RECORD SET:

%%

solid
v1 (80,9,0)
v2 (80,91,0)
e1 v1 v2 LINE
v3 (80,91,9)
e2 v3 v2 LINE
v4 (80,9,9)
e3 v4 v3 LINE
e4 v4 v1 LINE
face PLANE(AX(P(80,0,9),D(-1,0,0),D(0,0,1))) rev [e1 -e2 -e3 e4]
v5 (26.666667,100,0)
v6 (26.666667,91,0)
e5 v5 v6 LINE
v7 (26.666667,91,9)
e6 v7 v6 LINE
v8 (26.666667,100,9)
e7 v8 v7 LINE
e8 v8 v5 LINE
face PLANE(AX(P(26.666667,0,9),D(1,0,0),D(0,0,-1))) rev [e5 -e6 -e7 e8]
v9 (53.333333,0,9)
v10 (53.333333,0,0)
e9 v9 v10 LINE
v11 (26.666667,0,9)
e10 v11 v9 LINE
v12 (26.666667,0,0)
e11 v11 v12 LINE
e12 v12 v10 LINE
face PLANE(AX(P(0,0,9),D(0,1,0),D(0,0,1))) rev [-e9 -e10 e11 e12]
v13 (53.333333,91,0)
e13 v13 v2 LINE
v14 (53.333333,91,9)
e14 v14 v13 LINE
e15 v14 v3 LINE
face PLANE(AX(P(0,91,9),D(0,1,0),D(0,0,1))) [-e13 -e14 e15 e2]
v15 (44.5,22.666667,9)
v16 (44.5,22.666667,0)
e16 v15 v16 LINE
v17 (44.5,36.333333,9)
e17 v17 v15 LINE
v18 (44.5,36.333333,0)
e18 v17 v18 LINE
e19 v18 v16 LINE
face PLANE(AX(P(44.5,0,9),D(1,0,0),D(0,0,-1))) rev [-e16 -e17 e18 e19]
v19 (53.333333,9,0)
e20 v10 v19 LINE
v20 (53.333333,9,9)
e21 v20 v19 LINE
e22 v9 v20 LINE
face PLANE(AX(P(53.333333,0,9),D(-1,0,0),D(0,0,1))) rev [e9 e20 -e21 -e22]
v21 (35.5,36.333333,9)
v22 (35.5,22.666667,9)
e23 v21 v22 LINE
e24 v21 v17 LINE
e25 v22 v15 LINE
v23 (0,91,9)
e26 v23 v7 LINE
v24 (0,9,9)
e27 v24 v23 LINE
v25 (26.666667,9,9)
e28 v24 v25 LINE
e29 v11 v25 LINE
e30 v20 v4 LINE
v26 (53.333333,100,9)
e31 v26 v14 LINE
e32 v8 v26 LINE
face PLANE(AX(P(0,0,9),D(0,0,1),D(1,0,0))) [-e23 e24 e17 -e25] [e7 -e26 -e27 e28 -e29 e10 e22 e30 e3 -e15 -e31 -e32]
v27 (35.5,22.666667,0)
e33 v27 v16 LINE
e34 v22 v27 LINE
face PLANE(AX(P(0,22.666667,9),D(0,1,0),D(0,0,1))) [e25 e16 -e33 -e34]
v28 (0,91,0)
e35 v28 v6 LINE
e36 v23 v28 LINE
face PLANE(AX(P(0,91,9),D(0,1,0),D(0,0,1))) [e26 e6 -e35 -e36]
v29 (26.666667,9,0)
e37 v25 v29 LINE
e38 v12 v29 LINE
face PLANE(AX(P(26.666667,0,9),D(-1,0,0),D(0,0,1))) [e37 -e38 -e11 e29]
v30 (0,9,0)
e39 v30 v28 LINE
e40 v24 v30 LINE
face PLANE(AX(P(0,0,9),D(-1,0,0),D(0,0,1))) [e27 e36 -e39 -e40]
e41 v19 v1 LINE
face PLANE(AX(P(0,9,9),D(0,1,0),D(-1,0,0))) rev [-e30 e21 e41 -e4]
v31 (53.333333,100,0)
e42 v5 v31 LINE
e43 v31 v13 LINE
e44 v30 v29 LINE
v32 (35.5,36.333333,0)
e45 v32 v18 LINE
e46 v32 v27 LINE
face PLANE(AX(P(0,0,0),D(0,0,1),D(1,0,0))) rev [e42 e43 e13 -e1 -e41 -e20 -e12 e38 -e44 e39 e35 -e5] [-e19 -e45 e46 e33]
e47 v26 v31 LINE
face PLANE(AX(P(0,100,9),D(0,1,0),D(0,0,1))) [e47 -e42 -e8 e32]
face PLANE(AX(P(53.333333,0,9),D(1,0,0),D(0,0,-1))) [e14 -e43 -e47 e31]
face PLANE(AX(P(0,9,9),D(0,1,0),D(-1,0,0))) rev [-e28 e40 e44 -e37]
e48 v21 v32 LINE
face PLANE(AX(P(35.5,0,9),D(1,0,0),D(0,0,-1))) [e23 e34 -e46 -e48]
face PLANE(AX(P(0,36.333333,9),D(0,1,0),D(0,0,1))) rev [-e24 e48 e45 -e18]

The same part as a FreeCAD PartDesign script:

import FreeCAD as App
import Part
import Sketcher
Q = App.Units.Quantity


def add_polygon(sketch, points):
    """Adds a closed chain of lines whose ends are joined by coincident constraints."""
    first, n = sketch.GeometryCount, len(points)
    for a, b in zip(points, points[1:] + points[:1]):
        sketch.addGeometry(Part.LineSegment(App.Vector(*a, 0), App.Vector(*b, 0)), False)
    for i in range(n):
        sketch.addConstraint(Sketcher.Constraint("Coincident", first + i, 2, first + (i + 1) % n, 1))

doc = App.newDocument("Part")
body = doc.addObject("PartDesign::Body", "Body")

# Sketch on XY plane
sketch1 = doc.addObject("Sketcher::SketchObject", "Sketch")
body.addObject(sketch1)
sketch1.AttachmentSupport = (doc.XY_Plane, [""])
sketch1.MapMode = "FlatFace"
add_polygon(sketch1, [(26.666667, 9), (26.666667, 0), (53.333333, 0), (53.333333, 9), (80, 9), (80, 91), (53.333333, 91), (53.333333, 100), (26.666667, 100), (26.666667, 91), (0, 91), (0, 9)])  # lines 0-11
add_polygon(sketch1, [(44.5, 22.666667), (35.5, 22.666667), (35.5, 36.333333), (44.5, 36.333333)])  # lines 12-15
sketch1.addConstraint(Sketcher.Constraint("Vertical", 0))
sketch1.addConstraint(Sketcher.Constraint("Horizontal", 1))
sketch1.addConstraint(Sketcher.Constraint("Vertical", 2))
sketch1.addConstraint(Sketcher.Constraint("Horizontal", 3))
sketch1.addConstraint(Sketcher.Constraint("Vertical", 4))
sketch1.addConstraint(Sketcher.Constraint("Horizontal", 5))
sketch1.addConstraint(Sketcher.Constraint("Vertical", 6))
sketch1.addConstraint(Sketcher.Constraint("Horizontal", 7))
sketch1.addConstraint(Sketcher.Constraint("Vertical", 8))
sketch1.addConstraint(Sketcher.Constraint("Horizontal", 9))
sketch1.addConstraint(Sketcher.Constraint("Vertical", 10))
sketch1.addConstraint(Sketcher.Constraint("Horizontal", 11))
sketch1.addConstraint(Sketcher.Constraint("Horizontal", 12))
sketch1.addConstraint(Sketcher.Constraint("Vertical", 13))
sketch1.addConstraint(Sketcher.Constraint("Horizontal", 14))
sketch1.addConstraint(Sketcher.Constraint("Vertical", 15))
sketch1.addConstraint(Sketcher.Constraint("PointOnObject", 0, 2, -1))
sketch1.addConstraint(Sketcher.Constraint("PointOnObject", 9, 2, -2))
sketch1.addConstraint(Sketcher.Constraint("Horizontal", 5, 2, 8, 2))
sketch1.addConstraint(Sketcher.Constraint("Horizontal", 3, 2, 10, 2))
sketch1.addConstraint(Sketcher.Constraint("Vertical", 2, 2, 5, 2))
sketch1.addConstraint(Sketcher.Constraint("Vertical", 0, 2, 7, 2))
sketch1.addConstraint(Sketcher.Constraint("Equal", 1, 3))
sketch1.addConstraint(Sketcher.Constraint("Equal", 7, 9))
sketch1.addConstraint(Sketcher.Constraint("Equal", 14, 0))
sketch1.addConstraint(Sketcher.Constraint("Equal", 2, 6))
sketch1.addConstraint(Sketcher.Constraint("DistanceX", 12, 2, 12, 1, Q("9 mm")))
sketch1.addConstraint(Sketcher.Constraint("DistanceY", 4, 1, 4, 2, Q("82 mm")))
sketch1.addConstraint(Sketcher.Constraint("DistanceX", -1, 1, 3, 2, Q("80 mm")))
sketch1.addConstraint(Sketcher.Constraint("DistanceX", -1, 1, 12, 2, Q("35.5 mm")))
sketch1.addConstraint(Sketcher.Constraint("DistanceY", 13, 1, 13, 2, Q("13.666667 mm")))
sketch1.addConstraint(Sketcher.Constraint("DistanceY", -1, 1, 12, 2, Q("22.666667 mm")))
pad1 = doc.addObject("PartDesign::Pad", "Pad")
body.addObject(pad1)
pad1.Profile = sketch1
pad1.Length = 9

doc.recompute()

%%

WHAT TO DO: Look above for the line with "e5 v5 v6 LINE"; retype exactly that line, every line after it up to the line with "e34 v22 v27 LINE", and that line too, nothing else.

SOLVED PROBLEM:
e5 v5 v6 LINE
v7 (26.666667,91,9)
e6 v7 v6 LINE
v8 (26.666667,100,9)
e7 v8 v7 LINE
e8 v8 v5 LINE
face PLANE(AX(P(26.666667,0,9),D(1,0,0),D(0,0,-1))) rev [e5 -e6 -e7 e8]
v9 (53.333333,0,9)
v10 (53.333333,0,0)
e9 v9 v10 LINE
v11 (26.666667,0,9)
e10 v11 v9 LINE
v12 (26.666667,0,0)
e11 v11 v12 LINE
e12 v12 v10 LINE
face PLANE(AX(P(0,0,9),D(0,1,0),D(0,0,1))) rev [-e9 -e10 e11 e12]
v13 (53.333333,91,0)
e13 v13 v2 LINE
v14 (53.333333,91,9)
e14 v14 v13 LINE
e15 v14 v3 LINE
face PLANE(AX(P(0,91,9),D(0,1,0),D(0,0,1))) [-e13 -e14 e15 e2]
v15 (44.5,22.666667,9)
v16 (44.5,22.666667,0)
e16 v15 v16 LINE
v17 (44.5,36.333333,9)
e17 v17 v15 LINE
v18 (44.5,36.333333,0)
e18 v17 v18 LINE
e19 v18 v16 LINE
face PLANE(AX(P(44.5,0,9),D(1,0,0),D(0,0,-1))) rev [-e16 -e17 e18 e19]
v19 (53.333333,9,0)
e20 v10 v19 LINE
v20 (53.333333,9,9)
e21 v20 v19 LINE
e22 v9 v20 LINE
face PLANE(AX(P(53.333333,0,9),D(-1,0,0),D(0,0,1))) rev [e9 e20 -e21 -e22]
v21 (35.5,36.333333,9)
v22 (35.5,22.666667,9)
e23 v21 v22 LINE
e24 v21 v17 LINE
e25 v22 v15 LINE
v23 (0,91,9)
e26 v23 v7 LINE
v24 (0,9,9)
e27 v24 v23 LINE
v25 (26.666667,9,9)
e28 v24 v25 LINE
e29 v11 v25 LINE
e30 v20 v4 LINE
v26 (53.333333,100,9)
e31 v26 v14 LINE
e32 v8 v26 LINE
face PLANE(AX(P(0,0,9),D(0,0,1),D(1,0,0))) [-e23 e24 e17 -e25] [e7 -e26 -e27 e28 -e29 e10 e22 e30 e3 -e15 -e31 -e32]
v27 (35.5,22.666667,0)
e33 v27 v16 LINE
e34 v22 v27 LINE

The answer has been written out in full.